Alphabet announced in January 2021 that Loon was winding down, because, said Loon CEO Alastair Westgarth at the time, “we haven’t found a way to get the costs low enough to build a long-term, sustainable business”.

The decision left a number of east African operators in the lurch. Telkom Kenya and Loon inaugurated a balloon-based service delivering a 4G network to remote areas of the country only months before.

That high-profile launch was announced in the presence of Kenyan president, Uhuru Kenyatta, as well as information technology minister Joe Mucheru, with Telkom Kenya CEO Mugo Kibati.

Loon was originally part of Google’s so-called Moonshot unit, designed to house and encourage new, bold projects. It was later moved to Alphabet’s X Company division before it was abandoned in January 2021.

But SoftBank appears to believe balloons – and related technology – have a future. Following the deal to acquire Loon’s patents, the group and its subsidiary HAPSMobile will collectively own approximately 500 high altitude platform stations (HAPS) related patents.

These patents “are related to network technologies, services, operations and aircraft for HAPS”, said SoftBank, which has invested substantially in HAPS technology. 

SoftBank and HAPSMobile should know what they’re buying.

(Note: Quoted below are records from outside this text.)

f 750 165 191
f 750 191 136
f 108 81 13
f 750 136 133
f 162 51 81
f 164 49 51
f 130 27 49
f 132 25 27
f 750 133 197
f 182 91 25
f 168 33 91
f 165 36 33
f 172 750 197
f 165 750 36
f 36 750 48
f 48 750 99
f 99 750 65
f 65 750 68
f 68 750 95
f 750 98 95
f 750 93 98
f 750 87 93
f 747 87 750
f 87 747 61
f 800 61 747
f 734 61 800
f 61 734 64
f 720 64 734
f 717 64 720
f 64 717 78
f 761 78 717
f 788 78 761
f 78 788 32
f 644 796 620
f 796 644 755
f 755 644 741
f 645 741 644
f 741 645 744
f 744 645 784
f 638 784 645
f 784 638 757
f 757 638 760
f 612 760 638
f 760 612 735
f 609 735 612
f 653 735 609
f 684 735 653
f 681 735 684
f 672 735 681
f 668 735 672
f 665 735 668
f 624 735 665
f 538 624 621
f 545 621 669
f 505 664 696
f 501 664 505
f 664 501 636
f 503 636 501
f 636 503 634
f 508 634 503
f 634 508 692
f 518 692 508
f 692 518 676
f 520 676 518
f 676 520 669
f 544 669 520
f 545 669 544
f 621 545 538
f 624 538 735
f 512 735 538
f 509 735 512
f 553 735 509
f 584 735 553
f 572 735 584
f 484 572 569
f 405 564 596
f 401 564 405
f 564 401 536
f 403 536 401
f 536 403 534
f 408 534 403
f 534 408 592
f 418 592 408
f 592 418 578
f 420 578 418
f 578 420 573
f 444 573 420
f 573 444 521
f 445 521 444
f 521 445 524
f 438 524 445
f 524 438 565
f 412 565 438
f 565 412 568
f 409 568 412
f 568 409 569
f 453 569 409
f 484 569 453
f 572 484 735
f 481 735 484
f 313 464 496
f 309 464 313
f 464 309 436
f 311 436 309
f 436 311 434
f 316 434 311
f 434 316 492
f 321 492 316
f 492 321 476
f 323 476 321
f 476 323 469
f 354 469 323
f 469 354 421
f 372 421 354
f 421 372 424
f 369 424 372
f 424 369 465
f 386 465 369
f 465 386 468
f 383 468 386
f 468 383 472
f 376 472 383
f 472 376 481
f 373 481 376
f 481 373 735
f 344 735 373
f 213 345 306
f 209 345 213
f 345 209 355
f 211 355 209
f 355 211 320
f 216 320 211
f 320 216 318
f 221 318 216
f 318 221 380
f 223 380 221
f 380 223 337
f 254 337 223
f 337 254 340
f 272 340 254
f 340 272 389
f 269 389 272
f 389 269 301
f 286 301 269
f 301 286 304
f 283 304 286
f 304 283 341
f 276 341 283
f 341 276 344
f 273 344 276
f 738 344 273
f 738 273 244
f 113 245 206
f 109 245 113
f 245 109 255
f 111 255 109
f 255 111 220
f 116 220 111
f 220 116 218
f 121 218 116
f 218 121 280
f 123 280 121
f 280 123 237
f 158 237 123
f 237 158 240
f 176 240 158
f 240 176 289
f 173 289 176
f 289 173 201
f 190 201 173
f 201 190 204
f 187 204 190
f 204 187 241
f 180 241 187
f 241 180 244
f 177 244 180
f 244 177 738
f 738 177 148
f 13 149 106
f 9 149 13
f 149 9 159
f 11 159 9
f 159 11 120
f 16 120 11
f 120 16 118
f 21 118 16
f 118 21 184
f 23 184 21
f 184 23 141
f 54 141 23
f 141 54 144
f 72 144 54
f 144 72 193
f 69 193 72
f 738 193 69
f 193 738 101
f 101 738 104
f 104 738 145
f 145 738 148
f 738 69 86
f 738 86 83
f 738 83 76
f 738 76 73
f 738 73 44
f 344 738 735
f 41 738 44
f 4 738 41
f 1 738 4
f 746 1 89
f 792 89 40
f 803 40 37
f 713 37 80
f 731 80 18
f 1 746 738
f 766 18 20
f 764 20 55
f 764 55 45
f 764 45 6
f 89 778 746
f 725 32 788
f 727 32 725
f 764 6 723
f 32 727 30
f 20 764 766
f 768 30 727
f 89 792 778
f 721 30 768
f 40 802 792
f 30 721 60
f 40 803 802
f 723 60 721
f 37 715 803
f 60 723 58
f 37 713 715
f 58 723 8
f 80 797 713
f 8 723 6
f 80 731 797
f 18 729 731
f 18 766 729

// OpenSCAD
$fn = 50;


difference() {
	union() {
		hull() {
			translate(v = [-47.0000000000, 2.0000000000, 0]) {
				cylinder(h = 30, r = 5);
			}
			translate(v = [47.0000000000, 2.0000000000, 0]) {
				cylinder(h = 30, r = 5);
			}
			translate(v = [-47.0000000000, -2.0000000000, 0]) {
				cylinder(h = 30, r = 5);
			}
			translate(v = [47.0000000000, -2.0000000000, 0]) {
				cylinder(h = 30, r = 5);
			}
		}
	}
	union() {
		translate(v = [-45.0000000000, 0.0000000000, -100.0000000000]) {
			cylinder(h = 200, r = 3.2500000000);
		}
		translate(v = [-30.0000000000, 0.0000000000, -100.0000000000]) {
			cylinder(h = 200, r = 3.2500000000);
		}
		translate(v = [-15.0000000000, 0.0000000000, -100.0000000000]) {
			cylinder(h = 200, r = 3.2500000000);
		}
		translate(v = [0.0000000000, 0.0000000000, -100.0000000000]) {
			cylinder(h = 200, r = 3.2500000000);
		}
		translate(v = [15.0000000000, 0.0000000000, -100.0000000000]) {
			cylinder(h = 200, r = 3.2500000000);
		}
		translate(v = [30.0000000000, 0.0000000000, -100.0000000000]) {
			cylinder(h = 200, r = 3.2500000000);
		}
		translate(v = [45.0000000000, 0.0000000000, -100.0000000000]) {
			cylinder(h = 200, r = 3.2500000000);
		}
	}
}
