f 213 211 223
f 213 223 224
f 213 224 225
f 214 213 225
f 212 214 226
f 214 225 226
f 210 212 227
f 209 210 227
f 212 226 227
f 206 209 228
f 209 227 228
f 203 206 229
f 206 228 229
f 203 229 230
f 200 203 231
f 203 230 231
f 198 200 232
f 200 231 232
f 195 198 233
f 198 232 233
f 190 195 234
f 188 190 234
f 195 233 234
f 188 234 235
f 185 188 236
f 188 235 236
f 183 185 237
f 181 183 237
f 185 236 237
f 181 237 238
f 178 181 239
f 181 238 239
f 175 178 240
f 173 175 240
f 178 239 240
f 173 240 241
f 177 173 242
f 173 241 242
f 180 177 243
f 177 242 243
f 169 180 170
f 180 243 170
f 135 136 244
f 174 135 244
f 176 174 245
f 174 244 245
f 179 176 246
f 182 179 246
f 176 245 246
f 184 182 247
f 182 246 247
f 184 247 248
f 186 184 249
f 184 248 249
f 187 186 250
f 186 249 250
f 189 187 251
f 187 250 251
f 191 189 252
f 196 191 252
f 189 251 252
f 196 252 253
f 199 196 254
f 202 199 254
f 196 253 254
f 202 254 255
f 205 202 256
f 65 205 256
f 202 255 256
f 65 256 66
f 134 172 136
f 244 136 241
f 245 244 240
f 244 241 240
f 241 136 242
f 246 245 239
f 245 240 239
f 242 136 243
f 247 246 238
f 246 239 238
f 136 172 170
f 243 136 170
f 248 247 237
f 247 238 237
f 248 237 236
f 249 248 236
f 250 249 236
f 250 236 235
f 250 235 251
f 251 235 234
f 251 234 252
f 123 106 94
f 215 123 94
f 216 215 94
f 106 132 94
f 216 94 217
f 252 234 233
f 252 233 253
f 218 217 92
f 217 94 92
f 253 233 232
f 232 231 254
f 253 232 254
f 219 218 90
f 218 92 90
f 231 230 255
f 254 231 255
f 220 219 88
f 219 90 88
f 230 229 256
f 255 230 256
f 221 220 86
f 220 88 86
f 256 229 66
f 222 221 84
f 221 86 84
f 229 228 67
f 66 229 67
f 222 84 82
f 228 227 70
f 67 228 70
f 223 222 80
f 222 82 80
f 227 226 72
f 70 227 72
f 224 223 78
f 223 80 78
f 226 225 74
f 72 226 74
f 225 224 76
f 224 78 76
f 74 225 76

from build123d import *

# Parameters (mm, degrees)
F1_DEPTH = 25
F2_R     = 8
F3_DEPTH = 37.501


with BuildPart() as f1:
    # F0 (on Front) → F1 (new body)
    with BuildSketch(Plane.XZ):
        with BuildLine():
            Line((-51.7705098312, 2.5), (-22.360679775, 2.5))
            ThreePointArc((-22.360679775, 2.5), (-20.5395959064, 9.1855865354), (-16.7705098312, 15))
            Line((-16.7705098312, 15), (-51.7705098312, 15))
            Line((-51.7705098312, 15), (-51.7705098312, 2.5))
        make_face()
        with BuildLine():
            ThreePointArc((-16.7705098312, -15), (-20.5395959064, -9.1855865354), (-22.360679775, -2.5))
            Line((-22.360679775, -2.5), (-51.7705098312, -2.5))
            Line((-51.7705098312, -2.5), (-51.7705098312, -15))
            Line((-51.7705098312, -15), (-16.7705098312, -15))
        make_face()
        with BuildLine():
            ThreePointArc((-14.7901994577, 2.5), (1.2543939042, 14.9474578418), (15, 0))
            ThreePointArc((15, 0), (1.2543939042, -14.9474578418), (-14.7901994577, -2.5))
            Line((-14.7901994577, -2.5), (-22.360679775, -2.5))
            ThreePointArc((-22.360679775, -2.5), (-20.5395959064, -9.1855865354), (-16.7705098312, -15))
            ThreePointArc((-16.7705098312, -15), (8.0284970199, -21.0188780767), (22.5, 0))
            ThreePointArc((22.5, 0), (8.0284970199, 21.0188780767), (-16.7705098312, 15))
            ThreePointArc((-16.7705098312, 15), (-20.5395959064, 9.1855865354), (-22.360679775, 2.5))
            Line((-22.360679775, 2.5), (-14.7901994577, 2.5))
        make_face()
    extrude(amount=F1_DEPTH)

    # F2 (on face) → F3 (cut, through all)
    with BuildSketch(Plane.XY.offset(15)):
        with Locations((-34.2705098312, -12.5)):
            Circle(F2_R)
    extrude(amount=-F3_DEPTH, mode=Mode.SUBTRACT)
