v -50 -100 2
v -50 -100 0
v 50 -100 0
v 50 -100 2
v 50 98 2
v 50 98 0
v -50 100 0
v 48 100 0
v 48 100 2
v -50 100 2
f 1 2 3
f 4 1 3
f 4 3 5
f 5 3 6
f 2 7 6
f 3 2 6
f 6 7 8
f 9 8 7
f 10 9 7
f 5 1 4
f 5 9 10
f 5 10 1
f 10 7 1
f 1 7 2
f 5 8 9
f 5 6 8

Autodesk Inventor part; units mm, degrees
ref_plane "YZ Plane" through (0, 0, 0) normal (1, 0, 0) x (0, 1, 0)
ref_plane "XZ Plane" through (0, 0, 0) normal (0, 1, 0) x (-1, 0, 0)
ref_plane "XY Plane" through (0, 0, 0) normal (0, 0, 1) x (1, 0, 0)
sketch "Sketch1" plane through (0, 0, 0) normal (0, 0, 1) x (1, 0, 0)
  line L0 (-50, -100) -> (50, -100)
  line L1 (50, -100) -> (50, 100)
  line L2 (50, 100) -> (-50, 100)
  line L3 (-50, 100) -> (-50, -100)
  line L4 (-50, -100) -> (50, 100) construction
  line L5 (50, -100) -> (-50, 100) construction
  point P0 (0, 0)
  dimension "d0" = 100
  dimension "d1" = 200
extrude "Plate1" add sketch "Sketch1" along normal blind 2
chamfer "Chamfer1" distance 2 angle 45 1 edges at (50, 100, 1)
sketch "Sketch2" plane through (0, 0, 0) normal (0, 0, -1) x (-1, 0, 0)
  line L0 (-30, 80) -> (170, 80) construction
  line L1 (170, 80) -> (170, 60) construction
  line L2 (170, 60) -> (-30, 60) construction
  line L3 (-30, 60) -> (-30, 80) construction
  line L4 (-48, 100) -> (50, 100) projected
  line L5 (-50, -100) -> (-50, 98) projected
  point P0 (0, 0)
  dimension "d6" = 200
  dimension "d9" = 20
  dimension "d10" = 20
  dimension "d11" = 20
mark "Mark1"
equation "\"d2\" = Thickness"
equation "\"BendReliefWidth\" = Thickness"
equation "\"BendReliefDepth\" = 0.5 * Thickness"
equation "\"CornerReliefSize\" = 4 * Thickness"
equation "\"MinimumRemnant\" = 2 * Thickness"
equation "\"TransitionRadius\" = BendRadius"
equation "\"JacobiRadiusSize\" = BendRadius"
equation "\"GapSize\" = Thickness"
equation "\"Thickness\" = 2"
equation "\"BendRadius\" = 2.75"
properties part number "Sheet Metal (DIN)" material "AISI 304"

Until Loon’s balloon project burst, HAPSMobile and Loon had what SoftBank calls “a strong track record of collaboration”.

In April 2019, they formed a strategic relationship to advance the use of HAPS vehicles, and in February 2020, they founded the HAPS Alliance and jointly completed development of a communications payload. This payload was used a year ago to deliver LTE connectivity from HAPSMobile’s Sunglider, a solar-powered, uncrewed aircraft system.

SoftBank said the sale of Loon patents was in line with its “commitment to support the HAPS industry and find ways for Loon’s innovations and technology to live on”. SoftBank has not said how much it has paid, and neither has Alphabet.

Meanwhile Westgarth has moved on. He is now CEO of Starship Technologies, which – despite its name – is not a space project. It is an Estonian company with a main office in California developing small self-driving robotic delivery vehicles. Janus Friis, one of the co-founders of Skype, is also a co-founder of Starship.